Abate Aida, Zhao Hui, Wong Ronald J, Stevenson David K
Department of Pediatrics, Stanford University School of Medicine, 300 Pasteur Drive, Rm. S-230, Stanford, CA 94305, USA.
Biochem Biophys Res Commun. 2007 Mar 16;354(3):757-63. doi: 10.1016/j.bbrc.2007.01.050. Epub 2007 Jan 18.
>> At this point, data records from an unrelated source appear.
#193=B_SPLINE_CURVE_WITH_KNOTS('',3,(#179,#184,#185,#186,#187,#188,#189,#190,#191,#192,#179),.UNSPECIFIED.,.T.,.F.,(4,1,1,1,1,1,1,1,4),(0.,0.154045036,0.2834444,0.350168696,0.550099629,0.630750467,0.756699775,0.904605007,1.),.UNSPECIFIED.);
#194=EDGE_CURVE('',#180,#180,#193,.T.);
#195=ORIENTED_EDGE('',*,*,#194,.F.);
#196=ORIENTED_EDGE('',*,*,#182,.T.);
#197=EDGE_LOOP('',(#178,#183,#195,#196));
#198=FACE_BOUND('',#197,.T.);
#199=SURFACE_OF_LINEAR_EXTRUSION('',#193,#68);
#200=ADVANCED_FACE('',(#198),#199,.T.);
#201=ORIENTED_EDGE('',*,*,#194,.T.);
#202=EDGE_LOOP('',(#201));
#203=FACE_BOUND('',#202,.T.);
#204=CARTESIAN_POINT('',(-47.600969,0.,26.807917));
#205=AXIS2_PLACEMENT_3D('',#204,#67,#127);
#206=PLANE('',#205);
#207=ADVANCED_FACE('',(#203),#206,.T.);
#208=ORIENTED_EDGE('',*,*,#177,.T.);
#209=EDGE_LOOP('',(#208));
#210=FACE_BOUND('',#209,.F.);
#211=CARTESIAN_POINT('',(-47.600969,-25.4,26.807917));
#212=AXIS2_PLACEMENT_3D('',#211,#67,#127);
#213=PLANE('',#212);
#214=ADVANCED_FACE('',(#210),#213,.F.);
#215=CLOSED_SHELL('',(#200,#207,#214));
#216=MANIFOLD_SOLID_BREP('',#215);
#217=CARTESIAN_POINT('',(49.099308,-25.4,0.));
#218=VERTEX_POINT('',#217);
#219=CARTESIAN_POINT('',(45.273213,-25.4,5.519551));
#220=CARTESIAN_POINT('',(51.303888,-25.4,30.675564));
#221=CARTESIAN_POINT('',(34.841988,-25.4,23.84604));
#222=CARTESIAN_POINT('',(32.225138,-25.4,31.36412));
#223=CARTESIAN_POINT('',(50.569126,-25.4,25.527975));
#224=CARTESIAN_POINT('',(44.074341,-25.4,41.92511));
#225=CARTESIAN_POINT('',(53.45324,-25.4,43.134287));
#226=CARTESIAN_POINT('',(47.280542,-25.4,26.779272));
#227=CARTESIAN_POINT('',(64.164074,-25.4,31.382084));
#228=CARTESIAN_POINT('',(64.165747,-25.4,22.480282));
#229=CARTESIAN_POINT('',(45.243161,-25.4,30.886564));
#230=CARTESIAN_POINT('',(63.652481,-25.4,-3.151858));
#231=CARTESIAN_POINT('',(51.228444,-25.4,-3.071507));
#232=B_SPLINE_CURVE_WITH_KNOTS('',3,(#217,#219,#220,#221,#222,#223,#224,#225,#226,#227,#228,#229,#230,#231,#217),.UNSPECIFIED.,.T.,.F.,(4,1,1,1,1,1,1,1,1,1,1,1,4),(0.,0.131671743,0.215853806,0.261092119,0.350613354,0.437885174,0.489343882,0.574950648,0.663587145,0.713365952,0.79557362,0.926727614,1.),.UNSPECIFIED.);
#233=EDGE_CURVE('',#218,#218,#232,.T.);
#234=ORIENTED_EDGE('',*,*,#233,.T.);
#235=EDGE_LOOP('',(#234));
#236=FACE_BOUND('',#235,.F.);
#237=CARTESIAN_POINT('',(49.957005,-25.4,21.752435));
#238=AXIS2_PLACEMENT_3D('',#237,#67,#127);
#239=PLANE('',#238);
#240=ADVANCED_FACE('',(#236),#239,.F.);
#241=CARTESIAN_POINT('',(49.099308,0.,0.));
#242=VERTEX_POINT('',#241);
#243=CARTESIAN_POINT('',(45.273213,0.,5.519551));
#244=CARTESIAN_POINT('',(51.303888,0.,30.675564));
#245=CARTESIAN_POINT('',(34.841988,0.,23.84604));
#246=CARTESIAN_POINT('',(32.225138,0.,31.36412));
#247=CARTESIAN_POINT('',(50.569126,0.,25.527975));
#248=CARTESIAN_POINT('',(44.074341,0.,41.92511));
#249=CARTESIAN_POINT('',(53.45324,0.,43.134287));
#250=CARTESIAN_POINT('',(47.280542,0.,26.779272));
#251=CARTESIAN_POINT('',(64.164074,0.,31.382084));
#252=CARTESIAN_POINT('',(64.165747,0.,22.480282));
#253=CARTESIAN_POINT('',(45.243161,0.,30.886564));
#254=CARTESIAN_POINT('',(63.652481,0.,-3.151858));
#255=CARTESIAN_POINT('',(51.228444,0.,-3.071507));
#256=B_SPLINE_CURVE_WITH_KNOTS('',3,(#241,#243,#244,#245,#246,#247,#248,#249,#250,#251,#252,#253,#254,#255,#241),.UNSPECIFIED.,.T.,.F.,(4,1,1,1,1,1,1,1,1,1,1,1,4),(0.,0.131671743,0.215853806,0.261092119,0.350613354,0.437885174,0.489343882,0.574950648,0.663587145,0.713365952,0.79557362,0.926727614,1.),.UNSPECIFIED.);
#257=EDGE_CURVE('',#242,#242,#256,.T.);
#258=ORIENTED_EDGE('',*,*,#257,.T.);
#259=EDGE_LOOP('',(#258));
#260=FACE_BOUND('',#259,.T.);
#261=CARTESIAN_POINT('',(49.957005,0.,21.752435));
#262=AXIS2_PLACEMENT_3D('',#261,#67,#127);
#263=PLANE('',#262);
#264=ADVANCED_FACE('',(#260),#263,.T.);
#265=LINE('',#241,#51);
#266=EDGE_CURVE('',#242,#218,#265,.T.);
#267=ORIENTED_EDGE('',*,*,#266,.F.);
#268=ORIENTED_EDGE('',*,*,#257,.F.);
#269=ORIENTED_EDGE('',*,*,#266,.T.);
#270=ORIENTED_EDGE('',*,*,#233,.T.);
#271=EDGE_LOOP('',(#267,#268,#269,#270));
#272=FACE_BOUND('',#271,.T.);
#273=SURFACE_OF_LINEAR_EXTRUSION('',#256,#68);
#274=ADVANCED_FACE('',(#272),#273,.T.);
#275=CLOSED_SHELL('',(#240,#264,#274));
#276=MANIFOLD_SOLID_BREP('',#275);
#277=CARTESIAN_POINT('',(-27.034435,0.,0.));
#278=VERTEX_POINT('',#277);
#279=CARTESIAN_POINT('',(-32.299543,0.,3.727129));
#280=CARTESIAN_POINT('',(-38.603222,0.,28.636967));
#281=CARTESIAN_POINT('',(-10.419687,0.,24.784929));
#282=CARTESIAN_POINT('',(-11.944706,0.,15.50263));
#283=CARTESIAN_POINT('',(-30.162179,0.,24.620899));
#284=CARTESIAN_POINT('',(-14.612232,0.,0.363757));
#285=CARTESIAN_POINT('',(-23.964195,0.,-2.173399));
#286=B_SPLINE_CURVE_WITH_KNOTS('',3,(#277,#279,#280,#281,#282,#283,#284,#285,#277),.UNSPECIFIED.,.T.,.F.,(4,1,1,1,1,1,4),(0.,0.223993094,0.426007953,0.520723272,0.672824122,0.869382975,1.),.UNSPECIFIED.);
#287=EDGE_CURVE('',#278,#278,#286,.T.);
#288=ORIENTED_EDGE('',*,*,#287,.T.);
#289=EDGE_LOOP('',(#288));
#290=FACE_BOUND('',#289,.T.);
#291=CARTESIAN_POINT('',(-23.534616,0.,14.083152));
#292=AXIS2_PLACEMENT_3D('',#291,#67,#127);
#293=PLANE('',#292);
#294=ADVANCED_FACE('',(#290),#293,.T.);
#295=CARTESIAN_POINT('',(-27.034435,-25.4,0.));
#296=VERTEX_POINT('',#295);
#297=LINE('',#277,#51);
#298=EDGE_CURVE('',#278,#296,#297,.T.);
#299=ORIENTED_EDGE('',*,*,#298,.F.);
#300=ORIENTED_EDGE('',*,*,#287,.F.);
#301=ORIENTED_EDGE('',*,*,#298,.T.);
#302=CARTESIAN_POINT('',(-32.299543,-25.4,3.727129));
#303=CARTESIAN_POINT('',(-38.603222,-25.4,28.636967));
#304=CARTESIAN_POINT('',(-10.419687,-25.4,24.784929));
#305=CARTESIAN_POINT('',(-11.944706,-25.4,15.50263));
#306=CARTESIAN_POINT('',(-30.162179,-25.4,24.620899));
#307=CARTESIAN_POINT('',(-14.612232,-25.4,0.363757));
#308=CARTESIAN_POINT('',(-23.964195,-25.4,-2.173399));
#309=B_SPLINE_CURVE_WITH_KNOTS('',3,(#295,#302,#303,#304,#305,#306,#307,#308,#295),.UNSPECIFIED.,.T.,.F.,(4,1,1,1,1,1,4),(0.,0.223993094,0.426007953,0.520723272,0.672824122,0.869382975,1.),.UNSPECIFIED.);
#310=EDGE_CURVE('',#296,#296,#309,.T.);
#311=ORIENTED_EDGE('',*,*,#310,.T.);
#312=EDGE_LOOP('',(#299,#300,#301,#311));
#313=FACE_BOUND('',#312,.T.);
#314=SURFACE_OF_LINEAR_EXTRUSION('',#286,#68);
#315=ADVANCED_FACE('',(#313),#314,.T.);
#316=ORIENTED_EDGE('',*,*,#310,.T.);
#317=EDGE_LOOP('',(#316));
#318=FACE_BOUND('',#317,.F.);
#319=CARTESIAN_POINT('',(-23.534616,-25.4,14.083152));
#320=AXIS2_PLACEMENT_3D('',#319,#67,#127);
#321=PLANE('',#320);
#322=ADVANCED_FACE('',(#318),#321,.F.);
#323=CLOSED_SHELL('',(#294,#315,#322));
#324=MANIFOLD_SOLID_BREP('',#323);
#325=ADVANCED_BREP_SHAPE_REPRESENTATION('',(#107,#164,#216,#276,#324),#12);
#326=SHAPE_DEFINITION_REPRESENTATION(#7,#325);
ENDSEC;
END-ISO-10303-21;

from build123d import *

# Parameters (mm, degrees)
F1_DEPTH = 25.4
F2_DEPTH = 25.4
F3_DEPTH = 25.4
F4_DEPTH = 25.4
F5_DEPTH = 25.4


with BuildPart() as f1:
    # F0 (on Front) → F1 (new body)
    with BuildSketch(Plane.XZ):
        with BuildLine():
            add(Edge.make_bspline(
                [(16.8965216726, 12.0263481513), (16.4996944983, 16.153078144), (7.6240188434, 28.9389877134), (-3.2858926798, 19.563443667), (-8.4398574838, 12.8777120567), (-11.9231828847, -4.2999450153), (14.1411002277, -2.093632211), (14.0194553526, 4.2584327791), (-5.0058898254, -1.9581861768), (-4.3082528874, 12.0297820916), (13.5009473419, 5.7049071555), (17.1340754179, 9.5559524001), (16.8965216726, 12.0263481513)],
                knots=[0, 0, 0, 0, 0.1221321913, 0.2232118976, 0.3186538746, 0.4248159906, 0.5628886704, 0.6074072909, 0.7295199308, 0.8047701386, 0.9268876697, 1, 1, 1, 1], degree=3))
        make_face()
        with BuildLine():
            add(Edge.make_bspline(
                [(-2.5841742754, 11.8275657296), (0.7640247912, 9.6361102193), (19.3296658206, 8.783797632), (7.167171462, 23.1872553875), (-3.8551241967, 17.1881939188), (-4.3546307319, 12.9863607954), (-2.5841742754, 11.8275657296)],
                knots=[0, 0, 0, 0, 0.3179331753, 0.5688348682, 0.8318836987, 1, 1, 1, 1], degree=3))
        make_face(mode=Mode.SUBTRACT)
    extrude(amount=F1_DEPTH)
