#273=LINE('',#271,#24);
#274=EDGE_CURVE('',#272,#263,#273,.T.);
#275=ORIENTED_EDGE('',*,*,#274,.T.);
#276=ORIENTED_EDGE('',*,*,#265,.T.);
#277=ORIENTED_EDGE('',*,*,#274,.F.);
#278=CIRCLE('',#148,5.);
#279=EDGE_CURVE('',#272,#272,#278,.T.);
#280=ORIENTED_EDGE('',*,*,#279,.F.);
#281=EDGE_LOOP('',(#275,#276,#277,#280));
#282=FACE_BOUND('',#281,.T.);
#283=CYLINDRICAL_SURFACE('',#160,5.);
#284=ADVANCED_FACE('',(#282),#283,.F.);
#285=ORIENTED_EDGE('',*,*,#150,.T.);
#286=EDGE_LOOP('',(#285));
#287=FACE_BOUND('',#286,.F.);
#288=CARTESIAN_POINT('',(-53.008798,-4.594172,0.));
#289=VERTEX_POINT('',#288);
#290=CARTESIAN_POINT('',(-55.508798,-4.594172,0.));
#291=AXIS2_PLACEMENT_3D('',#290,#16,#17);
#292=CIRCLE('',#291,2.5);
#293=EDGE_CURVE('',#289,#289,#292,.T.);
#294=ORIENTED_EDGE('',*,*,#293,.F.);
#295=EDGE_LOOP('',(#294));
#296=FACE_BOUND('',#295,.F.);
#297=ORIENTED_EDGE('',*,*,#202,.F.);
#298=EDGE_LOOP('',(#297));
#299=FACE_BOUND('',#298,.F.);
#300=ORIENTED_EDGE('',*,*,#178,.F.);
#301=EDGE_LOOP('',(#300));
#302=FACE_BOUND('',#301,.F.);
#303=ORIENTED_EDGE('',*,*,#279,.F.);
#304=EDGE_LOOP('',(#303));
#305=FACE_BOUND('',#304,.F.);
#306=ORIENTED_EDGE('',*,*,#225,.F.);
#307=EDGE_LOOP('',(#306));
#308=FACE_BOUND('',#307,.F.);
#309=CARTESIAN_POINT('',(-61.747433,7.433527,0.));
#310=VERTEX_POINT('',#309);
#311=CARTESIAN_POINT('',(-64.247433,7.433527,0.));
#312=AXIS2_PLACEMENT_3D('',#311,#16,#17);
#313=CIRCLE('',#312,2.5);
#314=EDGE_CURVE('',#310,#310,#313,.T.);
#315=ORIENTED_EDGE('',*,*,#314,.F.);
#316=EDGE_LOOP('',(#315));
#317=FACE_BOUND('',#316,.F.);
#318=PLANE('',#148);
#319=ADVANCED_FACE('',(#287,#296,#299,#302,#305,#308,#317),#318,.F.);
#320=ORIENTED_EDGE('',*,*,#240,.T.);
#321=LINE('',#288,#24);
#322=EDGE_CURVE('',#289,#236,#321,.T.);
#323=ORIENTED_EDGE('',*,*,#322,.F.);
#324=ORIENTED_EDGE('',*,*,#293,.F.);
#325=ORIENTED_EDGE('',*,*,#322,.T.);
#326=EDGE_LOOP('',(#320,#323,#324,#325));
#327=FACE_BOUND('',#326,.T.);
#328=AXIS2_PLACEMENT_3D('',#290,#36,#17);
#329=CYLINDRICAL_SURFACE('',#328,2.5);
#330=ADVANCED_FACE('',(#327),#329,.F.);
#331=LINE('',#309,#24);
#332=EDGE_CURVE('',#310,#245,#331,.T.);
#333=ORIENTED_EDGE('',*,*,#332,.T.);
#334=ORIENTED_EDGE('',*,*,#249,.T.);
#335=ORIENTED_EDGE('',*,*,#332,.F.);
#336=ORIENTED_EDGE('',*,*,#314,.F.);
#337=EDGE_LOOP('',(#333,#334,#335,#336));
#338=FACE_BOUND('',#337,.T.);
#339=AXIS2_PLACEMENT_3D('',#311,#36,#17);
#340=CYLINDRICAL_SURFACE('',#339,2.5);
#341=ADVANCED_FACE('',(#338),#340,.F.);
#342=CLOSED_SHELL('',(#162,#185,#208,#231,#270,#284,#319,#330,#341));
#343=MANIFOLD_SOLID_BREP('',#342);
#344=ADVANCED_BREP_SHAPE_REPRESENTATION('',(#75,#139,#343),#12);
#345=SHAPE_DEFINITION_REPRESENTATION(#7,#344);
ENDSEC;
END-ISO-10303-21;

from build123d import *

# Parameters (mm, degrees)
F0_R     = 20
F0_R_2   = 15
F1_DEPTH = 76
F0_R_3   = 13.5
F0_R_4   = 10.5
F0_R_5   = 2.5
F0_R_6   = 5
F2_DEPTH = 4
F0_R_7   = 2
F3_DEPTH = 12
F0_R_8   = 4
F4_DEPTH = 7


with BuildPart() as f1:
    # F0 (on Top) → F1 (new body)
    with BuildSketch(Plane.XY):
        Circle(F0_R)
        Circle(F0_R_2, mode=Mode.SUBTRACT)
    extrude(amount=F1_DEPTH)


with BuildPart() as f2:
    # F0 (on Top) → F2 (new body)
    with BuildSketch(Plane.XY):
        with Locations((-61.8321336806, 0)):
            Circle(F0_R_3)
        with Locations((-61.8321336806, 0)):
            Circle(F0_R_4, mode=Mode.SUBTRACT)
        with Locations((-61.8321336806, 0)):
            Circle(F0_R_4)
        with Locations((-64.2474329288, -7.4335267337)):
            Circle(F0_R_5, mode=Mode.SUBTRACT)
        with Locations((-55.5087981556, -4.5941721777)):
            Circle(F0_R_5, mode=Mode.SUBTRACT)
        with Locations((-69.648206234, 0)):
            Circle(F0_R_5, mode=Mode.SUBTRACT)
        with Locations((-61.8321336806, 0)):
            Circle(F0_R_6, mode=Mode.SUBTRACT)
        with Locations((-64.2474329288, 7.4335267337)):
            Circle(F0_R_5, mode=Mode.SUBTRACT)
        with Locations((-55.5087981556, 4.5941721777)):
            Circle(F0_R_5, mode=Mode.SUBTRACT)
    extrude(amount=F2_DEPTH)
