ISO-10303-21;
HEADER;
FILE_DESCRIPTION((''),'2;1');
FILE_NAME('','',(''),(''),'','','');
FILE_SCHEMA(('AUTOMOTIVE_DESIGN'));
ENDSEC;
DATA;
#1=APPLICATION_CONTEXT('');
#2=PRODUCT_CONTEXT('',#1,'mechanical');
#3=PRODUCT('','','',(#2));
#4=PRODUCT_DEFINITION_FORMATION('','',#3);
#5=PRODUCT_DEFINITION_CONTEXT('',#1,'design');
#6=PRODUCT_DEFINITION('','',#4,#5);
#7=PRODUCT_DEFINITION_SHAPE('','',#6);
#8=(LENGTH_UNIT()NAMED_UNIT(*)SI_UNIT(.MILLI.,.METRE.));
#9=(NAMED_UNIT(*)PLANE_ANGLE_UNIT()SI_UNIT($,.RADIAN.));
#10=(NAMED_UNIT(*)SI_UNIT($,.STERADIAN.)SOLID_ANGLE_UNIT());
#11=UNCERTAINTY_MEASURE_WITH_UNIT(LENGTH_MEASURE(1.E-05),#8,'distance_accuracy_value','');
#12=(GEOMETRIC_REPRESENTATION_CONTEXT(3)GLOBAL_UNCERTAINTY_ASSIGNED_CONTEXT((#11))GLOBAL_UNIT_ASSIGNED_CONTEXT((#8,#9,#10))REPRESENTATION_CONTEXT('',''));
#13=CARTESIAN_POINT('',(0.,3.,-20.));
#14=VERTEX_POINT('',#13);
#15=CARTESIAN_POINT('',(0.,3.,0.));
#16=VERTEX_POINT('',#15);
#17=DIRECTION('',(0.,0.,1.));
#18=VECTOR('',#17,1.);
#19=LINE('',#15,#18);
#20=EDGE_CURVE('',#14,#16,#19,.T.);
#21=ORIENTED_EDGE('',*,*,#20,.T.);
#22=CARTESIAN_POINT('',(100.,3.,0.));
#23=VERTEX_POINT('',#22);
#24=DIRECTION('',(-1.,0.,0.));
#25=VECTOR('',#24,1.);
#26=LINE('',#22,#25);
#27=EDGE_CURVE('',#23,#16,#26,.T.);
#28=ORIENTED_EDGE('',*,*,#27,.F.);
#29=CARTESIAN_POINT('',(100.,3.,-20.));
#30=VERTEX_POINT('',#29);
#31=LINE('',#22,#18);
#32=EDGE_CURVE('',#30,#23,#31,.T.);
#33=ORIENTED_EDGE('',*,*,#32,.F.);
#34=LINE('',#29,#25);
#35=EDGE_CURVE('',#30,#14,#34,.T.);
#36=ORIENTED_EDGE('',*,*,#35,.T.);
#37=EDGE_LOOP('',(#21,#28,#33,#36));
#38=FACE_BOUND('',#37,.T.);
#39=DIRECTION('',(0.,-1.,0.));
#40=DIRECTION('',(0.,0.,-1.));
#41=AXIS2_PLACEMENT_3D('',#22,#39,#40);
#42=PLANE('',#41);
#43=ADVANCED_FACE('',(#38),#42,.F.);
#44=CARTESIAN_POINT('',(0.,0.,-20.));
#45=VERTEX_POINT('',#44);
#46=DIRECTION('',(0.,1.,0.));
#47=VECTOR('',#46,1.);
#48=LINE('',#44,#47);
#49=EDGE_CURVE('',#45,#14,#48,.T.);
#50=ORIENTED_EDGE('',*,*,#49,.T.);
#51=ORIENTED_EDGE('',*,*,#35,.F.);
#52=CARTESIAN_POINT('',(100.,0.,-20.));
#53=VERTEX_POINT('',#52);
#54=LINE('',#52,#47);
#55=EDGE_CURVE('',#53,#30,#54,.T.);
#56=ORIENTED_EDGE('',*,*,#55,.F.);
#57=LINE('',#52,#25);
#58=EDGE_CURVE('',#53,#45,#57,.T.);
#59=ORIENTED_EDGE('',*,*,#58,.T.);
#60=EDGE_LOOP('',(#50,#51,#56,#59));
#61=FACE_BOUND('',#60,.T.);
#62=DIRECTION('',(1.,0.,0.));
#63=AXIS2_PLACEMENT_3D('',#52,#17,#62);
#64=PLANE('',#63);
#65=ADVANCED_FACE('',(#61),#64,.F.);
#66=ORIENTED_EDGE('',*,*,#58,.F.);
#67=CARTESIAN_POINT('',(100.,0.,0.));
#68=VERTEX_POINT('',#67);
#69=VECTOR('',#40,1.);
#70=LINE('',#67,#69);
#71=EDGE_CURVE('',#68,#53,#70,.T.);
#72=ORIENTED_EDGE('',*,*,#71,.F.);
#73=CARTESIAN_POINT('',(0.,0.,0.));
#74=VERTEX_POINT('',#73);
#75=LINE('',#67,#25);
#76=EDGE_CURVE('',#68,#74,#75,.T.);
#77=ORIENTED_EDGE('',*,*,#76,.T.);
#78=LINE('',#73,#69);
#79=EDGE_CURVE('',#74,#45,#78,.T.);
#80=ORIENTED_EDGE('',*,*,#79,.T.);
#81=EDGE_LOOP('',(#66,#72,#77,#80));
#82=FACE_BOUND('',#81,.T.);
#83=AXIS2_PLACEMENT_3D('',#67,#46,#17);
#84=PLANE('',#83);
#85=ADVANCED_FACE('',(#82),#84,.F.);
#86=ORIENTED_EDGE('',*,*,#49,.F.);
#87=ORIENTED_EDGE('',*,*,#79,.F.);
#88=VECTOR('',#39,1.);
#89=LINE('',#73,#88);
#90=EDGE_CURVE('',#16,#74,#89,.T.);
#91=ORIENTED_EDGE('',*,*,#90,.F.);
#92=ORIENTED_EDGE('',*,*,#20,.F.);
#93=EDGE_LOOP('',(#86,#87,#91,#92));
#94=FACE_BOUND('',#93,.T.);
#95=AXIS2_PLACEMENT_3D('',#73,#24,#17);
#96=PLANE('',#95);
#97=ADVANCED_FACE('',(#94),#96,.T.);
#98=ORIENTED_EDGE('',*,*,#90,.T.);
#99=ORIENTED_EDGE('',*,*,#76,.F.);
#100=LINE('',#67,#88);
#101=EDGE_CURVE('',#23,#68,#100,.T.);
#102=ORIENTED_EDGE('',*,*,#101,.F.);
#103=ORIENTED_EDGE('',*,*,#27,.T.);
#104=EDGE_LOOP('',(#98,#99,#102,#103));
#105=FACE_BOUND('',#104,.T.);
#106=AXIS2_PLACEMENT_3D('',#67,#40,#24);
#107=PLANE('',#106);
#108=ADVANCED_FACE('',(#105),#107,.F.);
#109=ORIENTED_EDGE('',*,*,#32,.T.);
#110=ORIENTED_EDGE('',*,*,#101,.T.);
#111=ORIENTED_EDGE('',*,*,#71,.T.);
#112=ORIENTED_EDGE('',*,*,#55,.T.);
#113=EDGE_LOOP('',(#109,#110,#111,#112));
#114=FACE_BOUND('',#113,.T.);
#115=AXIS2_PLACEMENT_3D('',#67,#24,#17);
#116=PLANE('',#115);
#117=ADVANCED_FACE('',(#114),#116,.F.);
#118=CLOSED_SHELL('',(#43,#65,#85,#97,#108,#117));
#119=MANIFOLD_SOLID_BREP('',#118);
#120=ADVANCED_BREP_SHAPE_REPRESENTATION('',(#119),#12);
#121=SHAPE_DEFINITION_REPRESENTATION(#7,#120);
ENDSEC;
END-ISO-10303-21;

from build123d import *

# Parameters (mm, degrees)
SKETCH_1_W      = 20
SKETCH_1_H      = 3
EXTRUDE_1_DEPTH = 100


with BuildPart() as part:
    # Эскиз1 → Бобышка-Вытянуть1 (new body)
    with BuildSketch(Plane(origin=(0, 0, 0), x_dir=(0, 0, -1), z_dir=(1, 0, 0))):
        with Locations((10, 1.5)):
            Rectangle(SKETCH_1_W, SKETCH_1_H)
    extrude(amount=EXTRUDE_1_DEPTH)


solid = part.part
Tin mesoporphyrin (SnMP), a competitive heme oxygenase (HO) inhibitor, also induces HO-1 mRNA and protein expression by a mechanism that is not fully understood. We examined whether the induction by SnMP is mediated by a de-repression of Bach1, a transcription factor that suppresses the HO-1 gene. Incubation of NIH3T3-HO-1-luc cells with SnMP attenuated HO activity with a concomitant increase in HO-1 mRNA and protein and a decrease in Bach1 and HO-2 proteins, which was not due to transcriptional down-regulation, but accelerated protein decay. Similarly, HO-1 protein degradation was increased by SnMP, despite of an elevation in HO-1 transcription. Transfection of Bach1 shRNA in Hepa cells raised basal HO-1 expression significantly, and SnMP treatment further increased HO-1 mRNA. In conclusion, SnMP induces HO-1 expression not only by de-repressing the HO-1 promoter by binding Bach1, but also by accelerating Bach1 degradation.
锡原卟啉(SnMP)是一种竞争性血红素加氧酶(HO)抑制剂,它也通过一种尚未完全了解的机制诱导HO-1 mRNA和蛋白表达。我们研究了SnMP的诱导作用是否由Bach1的去抑制介导,Bach1是一种抑制HO-1基因的转录因子。用SnMP孵育NIH3T3-HO-1-luc细胞可减弱HO活性,同时HO-1 mRNA和蛋白增加,Bach1和HO-2蛋白减少,这不是由于转录下调,而是加速了蛋白降解。同样,尽管HO-1转录升高,但SnMP仍增加了HO-1蛋白降解。在Hepa细胞中转染Bach1 shRNA可显著提高基础HO-1表达,SnMP处理进一步增加HO-1 mRNA。总之,SnMP不仅通过结合Bach1去抑制HO-1启动子来诱导HO-1表达,还通过加速Bach1降解来诱导。